Thank you for your reading and replys.

Margaret


----------



## jpelzer (Feb 21, 2009)

Home Depot or Lowes will have all that you need for that. The vertical pieces that the brackets attach to are called standards. Brackets are brackets. Shelves are shelves. Attach the standards to studs in your wall.


----------



## pandagirlw (Jun 22, 2009)

Thank you very much!




jpelzer said:


> Home Depot or Lowes will have all that you need for that. The vertical pieces that the brackets attach to are called standards. Brackets are brackets. Shelves are shelves. Attach the standards to studs in your wall.


----------



## handoferebus (Sep 7, 2009)

I have a question. Do you see the looped brackets that go into the standards? They are inbetween the shelf brackets, and it looks like they're there so that the books don't fall off the side. What are those called, or where can I get them? I've been looking all over the place, and I would like something exactly like those.


----------



## pandagirlw (Jun 22, 2009)

I would like to buy those looped brackets too, but I didn't find them. I built two sets shelves eventually. I bought all the material from home depot. 






handoferebus said:


> I have a question. Do you see the looped brackets that go into the standards? They are inbetween the shelf brackets, and it looks like they're there so that the books don't fall off the side. What are those called, or where can I get them? I've been looking all over the place, and I would like something exactly like those.


----------



## KlintP (Sep 21, 2009)

handoferebus said:


> I have a question. Do you see the looped brackets that go into the standards? They are inbetween the shelf brackets, and it looks like they're there so that the books don't fall off the side. What are those called, or where can I get them?
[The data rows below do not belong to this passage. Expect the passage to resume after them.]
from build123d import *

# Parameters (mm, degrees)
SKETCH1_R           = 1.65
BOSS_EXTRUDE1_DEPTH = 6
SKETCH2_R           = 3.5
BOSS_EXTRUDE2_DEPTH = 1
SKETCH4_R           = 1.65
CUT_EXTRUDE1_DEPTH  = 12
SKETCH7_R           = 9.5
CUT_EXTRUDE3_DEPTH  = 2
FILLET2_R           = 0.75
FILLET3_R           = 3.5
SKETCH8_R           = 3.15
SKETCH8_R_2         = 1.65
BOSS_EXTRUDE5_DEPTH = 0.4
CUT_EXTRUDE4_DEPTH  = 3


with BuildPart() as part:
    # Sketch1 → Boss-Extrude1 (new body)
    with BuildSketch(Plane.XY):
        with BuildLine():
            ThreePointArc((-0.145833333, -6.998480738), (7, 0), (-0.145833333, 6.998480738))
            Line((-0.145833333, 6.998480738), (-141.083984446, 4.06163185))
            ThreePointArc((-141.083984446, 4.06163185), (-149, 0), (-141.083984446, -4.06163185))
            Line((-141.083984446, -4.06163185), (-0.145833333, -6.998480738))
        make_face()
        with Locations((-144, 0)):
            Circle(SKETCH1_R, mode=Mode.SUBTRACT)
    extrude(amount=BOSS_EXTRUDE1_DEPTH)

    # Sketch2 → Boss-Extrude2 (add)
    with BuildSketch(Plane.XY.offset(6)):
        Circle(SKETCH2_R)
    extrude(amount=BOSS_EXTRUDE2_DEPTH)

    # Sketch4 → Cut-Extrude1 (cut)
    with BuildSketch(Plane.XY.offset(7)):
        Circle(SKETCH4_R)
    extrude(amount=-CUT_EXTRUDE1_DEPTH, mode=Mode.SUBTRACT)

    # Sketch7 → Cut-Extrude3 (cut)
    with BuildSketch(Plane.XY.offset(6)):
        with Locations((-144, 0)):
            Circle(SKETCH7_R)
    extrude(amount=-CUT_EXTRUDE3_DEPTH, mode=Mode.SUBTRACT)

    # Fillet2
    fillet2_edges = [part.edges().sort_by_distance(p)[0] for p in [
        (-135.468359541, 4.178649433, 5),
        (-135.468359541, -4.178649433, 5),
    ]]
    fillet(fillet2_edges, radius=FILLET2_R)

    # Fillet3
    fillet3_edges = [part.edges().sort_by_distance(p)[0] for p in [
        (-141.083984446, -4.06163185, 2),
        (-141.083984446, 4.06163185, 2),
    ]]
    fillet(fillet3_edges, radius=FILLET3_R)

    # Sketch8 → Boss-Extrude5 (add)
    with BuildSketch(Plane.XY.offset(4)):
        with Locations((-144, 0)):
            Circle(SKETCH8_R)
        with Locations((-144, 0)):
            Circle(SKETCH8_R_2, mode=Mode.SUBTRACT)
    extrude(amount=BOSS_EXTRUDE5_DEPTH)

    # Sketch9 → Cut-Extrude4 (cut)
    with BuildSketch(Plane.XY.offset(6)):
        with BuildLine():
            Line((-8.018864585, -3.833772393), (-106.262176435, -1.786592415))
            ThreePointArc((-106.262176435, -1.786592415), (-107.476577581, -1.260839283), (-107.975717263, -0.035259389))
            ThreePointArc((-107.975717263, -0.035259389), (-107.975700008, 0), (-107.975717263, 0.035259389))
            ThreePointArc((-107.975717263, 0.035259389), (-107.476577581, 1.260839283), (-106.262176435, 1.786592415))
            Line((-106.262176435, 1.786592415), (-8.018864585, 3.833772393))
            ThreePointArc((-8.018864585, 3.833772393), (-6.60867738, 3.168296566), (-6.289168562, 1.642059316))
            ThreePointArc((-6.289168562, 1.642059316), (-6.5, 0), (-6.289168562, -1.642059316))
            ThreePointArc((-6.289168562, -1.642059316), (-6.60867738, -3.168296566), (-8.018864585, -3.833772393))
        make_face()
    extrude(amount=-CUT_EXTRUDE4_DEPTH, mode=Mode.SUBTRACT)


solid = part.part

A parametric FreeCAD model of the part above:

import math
import FreeCAD as App
import Part
import Sketcher

V = App.Vector
Q = App.Units.Quantity


def edges_at(feature, points):
    """Names of the edges that pass closest to the given points."""
    edges = feature.Shape.Edges
    near = lambda p: min(range(len(edges)), key=lambda i: edges[i].distToShape(Part.Vertex(*p))[0])
    return sorted({f"Edge{near(p) + 1}" for p in points})

doc = App.newDocument("Part")
body = doc.addObject("PartDesign::Body", "Body")

# Sketch on XY plane
sketch1 = doc.addObject("Sketcher::SketchObject", "Sketch")
body.addObject(sketch1)
sketch1.AttachmentSupport = (doc.XY_Plane, [""])
sketch1.MapMode = "FlatFace"
sketch1.addGeometry(Part.ArcOfCircle(Part.Circle(V(0, 0, 0), V(0, 0, 1), 7), math.radians(-91), math.radians(91)), False)
sketch1.addGeometry(Part.LineSegment(V(-0.1, 7, 0), V(-141.1, 4.1, 0)), False)
sketch1.addGeometry(Part.ArcOfCircle(Part.Circle(V(-144, 0, 0), V(0, 0, 1), 5), math.radians(54), math.radians(306)), False)
sketch1.addGeometry(Part.LineSegment(V(-141.1, -4.1, 0), V(-0.1, -7, 0)), False)
sketch1.addGeometry(Part.Circle(V(-144, 0, 0), V(0, 0, 1), 1.6), False)
sketch1.addConstraint(Sketcher.Constraint("Tangent", 0, 2, 1, 1))
sketch1.addConstraint(Sketcher.Constraint("Coincident", 1, 2, 2, 1))
sketch1.addConstraint(Sketcher.Constraint("Coincident", 2, 2, 3, 1))
sketch1.addConstraint(Sketcher.Constraint("Tangent", 3, 2, 0, 1))
sketch1.addConstraint(Sketcher.Constraint("Coincident", 0, 3, -1, 1))
sketch1.addConstraint(Sketcher.Constraint("Coincident", 4, 3, 2, 3))
sketch1.addConstraint(Sketcher.Constraint("Symmetric", 1, 2, 2, 2, -1))
sketch1.addConstraint(Sketcher.Constraint("Radius", 0, Q("7 mm")))
sketch1.addConstraint(Sketcher.Constraint("Radius", 2, Q("5 mm")))
sketch1.addConstraint(Sketcher.Constraint("Diameter", 4, Q("3.3 mm")))
sketch1.addConstraint(Sketcher.Constraint("DistanceX", 2, 3, -1, 1, Q("144 mm")))
sketch1.addConstraint(Sketcher.Constraint("DistanceY", -1, 1, 1, 2, Q("4.061632 mm")))
pad1 = doc.addObject("PartDesign::Pad", "Pad")
body.addObject(pad1)
pad1.Profile = sketch1
pad1.Length = 6

# Sketch on XY plane
sketch2 = doc.addObject("Sketcher::SketchObject", "Sketch001")
body.addObject(sketch2)
sketch2.AttachmentSupport = (doc.XY_Plane, [""])
sketch2.MapMode = "FlatFace"
sketch2.AttachmentOffset = App.Placement(V(0, 0, 6), App.Rotation())
sketch2.addGeometry(Part.Circle(V(0, 0, 0), V(0, 0, 1), 3.5), False)
sketch2.addConstraint(Sketcher.Constraint("Coincident", 0, 3, -1, 1))
sketch2.addConstraint(Sketcher.Constraint("Diameter", 0, Q("7 mm")))
pad2 = doc.addObject("PartDesign::Pad", "Pad001")
body.addObject(pad2)
pad2.Profile = sketch2
pad2.Length = 1

# Sketch on XY plane
sketch3 = doc.addObject("Sketcher::SketchObject", "Sketch002")
body.addObject(sketch3)
sketch3.AttachmentSupport = (doc.XY_Plane, [""])
sketch3.MapMode = "FlatFace"
sketch3.AttachmentOffset = App.Placement(V(0, 0, 7), App.Rotation())
sketch3.addGeometry(Part.Circle(V(0, 0, 0), V(0, 0, 1), 1.6), False)
sketch3.addConstraint(Sketcher.Constraint("Coincident", 0, 3, -1, 1))
sketch3.addConstraint(Sketcher.Constraint("Diameter", 0, Q("3.3 mm")))
pocket1 = doc.addObject("PartDesign::Pocket", "Pocket")
body.addObject(pocket1)
pocket1.Profile = sketch3
pocket1.Length = 12

# Sketch on XY plane
sketch4 = doc.addObject("Sketcher::SketchObject", "Sketch003")
body.addObject(sketch4)
sketch4.AttachmentSupport = (doc.XY_Plane, [""])
sketch4.MapMode = "FlatFace"
sketch4.AttachmentOffset = App.Placement(V(0, 0, 6), App.Rotation())
sketch4.addGeometry(Part.Circle(V(-144, 0, 0), V(0, 0, 1), 10), False)
sketch4.addConstraint(Sketcher.Constraint("PointOnObject", 0, 3, -1))
sketch4.addConstraint(Sketcher.Constraint("Diameter", 0, Q("19 mm")))
sketch4.addConstraint(Sketcher.Constraint("DistanceX", 0, 3, -1, 1, Q("144 mm")))
pocket2 = doc.addObject("PartDesign::Pocket", "Pocket001")
body.addObject(pocket2)
pocket2.Profile = sketch4
pocket2.Length = 2
doc.recompute()

fillet = doc.addObject("PartDesign::Fillet", "Fillet")
body.addObject(fillet)
fillet.Base = (pocket2, edges_at(pocket2, [(-135.468, 4.179, 5), (-135.468, -4.179, 5)]))
fillet.Radius = 0.75
doc.recompute()

fillet2 = doc.addObject("PartDesign::Fillet", "Fillet001")
body.addObject(fillet2)
fillet2.Base = (fillet, edges_at(fillet, [(-141.084, -4.062, 2), (-141.084, 4.062, 2)]))
fillet2.Radius = 3.5

# Sketch on XY plane
sketch5 = doc.addObject("Sketcher::SketchObject", "Sketch004")
body.addObject(sketch5)
sketch5.AttachmentSupport = (doc.XY_Plane, [""])
sketch5.MapMode = "FlatFace"
sketch5.AttachmentOffset = App.Placement(V(0, 0, 4), App.Rotation())
sketch5.addGeometry(Part.Circle(V(-144, 0, 0), V(0, 0, 1), 3.1), False)
sketch5.addGeometry(Part.Circle(V(-144, 0, 0), V(0, 0, 1), 1.6), False)
sketch5.addConstraint(Sketcher.Constraint("Coincident", 1, 3, 0, 3))
sketch5.addConstraint(Sketcher.Constraint("PointOnObject", 0, 3, -1))
sketch5.addConstraint(Sketcher.Constraint("Diameter", 0, Q("6.3 mm")))
sketch5.addConstraint(Sketcher.Constraint("Diameter", 1, Q("3.3 mm")))
sketch5.addConstraint(Sketcher.Constraint("DistanceX", 0, 3, -1, 1, Q("144 mm")))
pad3 = doc.addObject("PartDesign::Pad", "Pad002")
body.addObject(pad3)
pad3.Profile = sketch5
pad3.Length = 0.4

# Sketch on XY plane
sketch6 = doc.addObject("Sketcher::SketchObject", "Sketch005")
body.addObject(sketch6)
sketch6.AttachmentSupport = (doc.XY_Plane, [""])
sketch6.MapMode = "FlatFace"
sketch6.AttachmentOffset = App.Placement(V(0, 0, 6), App.Rotation())
sketch6.addGeometry(Part.LineSegment(V(-106.26, -1.79, 0), V(-8.02, -3.83, 0)), False)
sketch6.addGeometry(Part.ArcOfCircle(Part.Circle(V(-7.98, -2.08, 0), V(0, 0, 1), 1.75), math.radians(-91), math.radians(15)), False)
sketch6.addGeometry(Part.ArcOfCircle(Part.Circle(V(0, 0, 0), V(0, 0, 1), 6.5), math.radians(165), math.radians(195)), False)
sketch6.addGeometry(Part.ArcOfCircle(Part.Circle(V(-7.98, 2.08, 0), V(0, 0, 1), 1.75), math.radians(-15), math.radians(91)), False)
sketch6.addGeometry(Part.LineSegment(V(-8.02, 3.83, 0), V(-106.26, 1.79, 0)), False)
sketch6.addGeometry(Part.ArcOfCircle(Part.Circle(V(-106.23, 0.04, 0), V(0, 0, 1), 1.75), math.radians(91), math.radians(180)), False)
sketch6.addGeometry(Part.ArcOfCircle(Part.Circle(V(-144, 0, 0), V(0, 0, 1), 36.03), math.radians(-0.06), math.radians(0.06)), False)
sketch6.addGeometry(Part.ArcOfCircle(Part.Circle(V(-106.23, -0.04, 0), V(0, 0, 1), 1.75), math.radians(180), math.radians(269)), False)
sketch6.addConstraint(Sketcher.Constraint("Tangent", 0, 2, 1, 1))
sketch6.addConstraint(Sketcher.Constraint("Tangent", 1, 2, 2, 2))
sketch6.addConstraint(Sketcher.Constraint("Tangent", 2, 1, 3, 1))
sketch6.addConstraint(Sketcher.Constraint("Tangent", 3, 2, 4, 1))
sketch6.addConstraint(Sketcher.Constraint("Tangent", 4, 2, 5, 1))
sketch6.addConstraint(Sketcher.Constraint("Tangent", 5, 2, 6, 2))
sketch6.addConstraint(Sketcher.Constraint("Tangent", 6, 1, 7, 1))
sketch6.addConstraint(Sketcher.Constraint("Tangent", 7, 2, 0, 1))
sketch6.addConstraint(Sketcher.Constraint("Coincident", 2, 3, -1, 1))
sketch6.addConstraint(Sketcher.Constraint("Equal", 1, 3))
sketch6.addConstraint(Sketcher.Constraint("Equal", 3, 5))
sketch6.addConstraint(Sketcher.Constraint("Equal", 5, 7))
sketch6.addConstraint(Sketcher.Constraint("Symmetric", 0, 2, 3, 2, -1))
sketch6.addConstraint(Sketcher.Constraint("PointOnObject", 6, 3, -1))
sketch6.addConstraint(Sketcher.Constraint("Radius", 2, Q("6.5 mm")))
sketch6.addConstraint(Sketcher.Constraint("Radius", 1, Q("1.75 mm")))
sketch6.addConstraint(Sketcher.Constraint("Radius", 6, Q("36.02506 mm")))
sketch6.addConstraint(Sketcher.Constraint("DistanceY", 0, 2, 7, 3, Q("3.7968 mm")))
sketch6.addConstraint(Sketcher.Constraint("Distance", 0, Q("98.264639 mm")))
sketch6.addConstraint(Sketcher.Constraint("DistanceX", 5, 3, -1, 1, Q("106.225718 mm")))
pocket3 = doc.addObject("PartDesign::Pocket", "Pocket002")
body.addObject(pocket3)
pocket3.Profile = sketch6
pocket3.Length = 3

doc.recompute()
I've been looking all over the place, and I would like something exactly like those.


 
Have you looked on Amazon.com?

I'm not positive if these will work for you, but check them out:

http://www.amazon.com/gp/product/B0...rd_t=201&pf_rd_p=486539851&pf_rd_i=B0006FKOI2

http://www.amazon.com/Bookend-Heavy-Shelf-Bracket-White/dp/B0006FKOI2

I would expect Home Depot to sell them where they have the brackets and shelves, but I haven't looked.


----------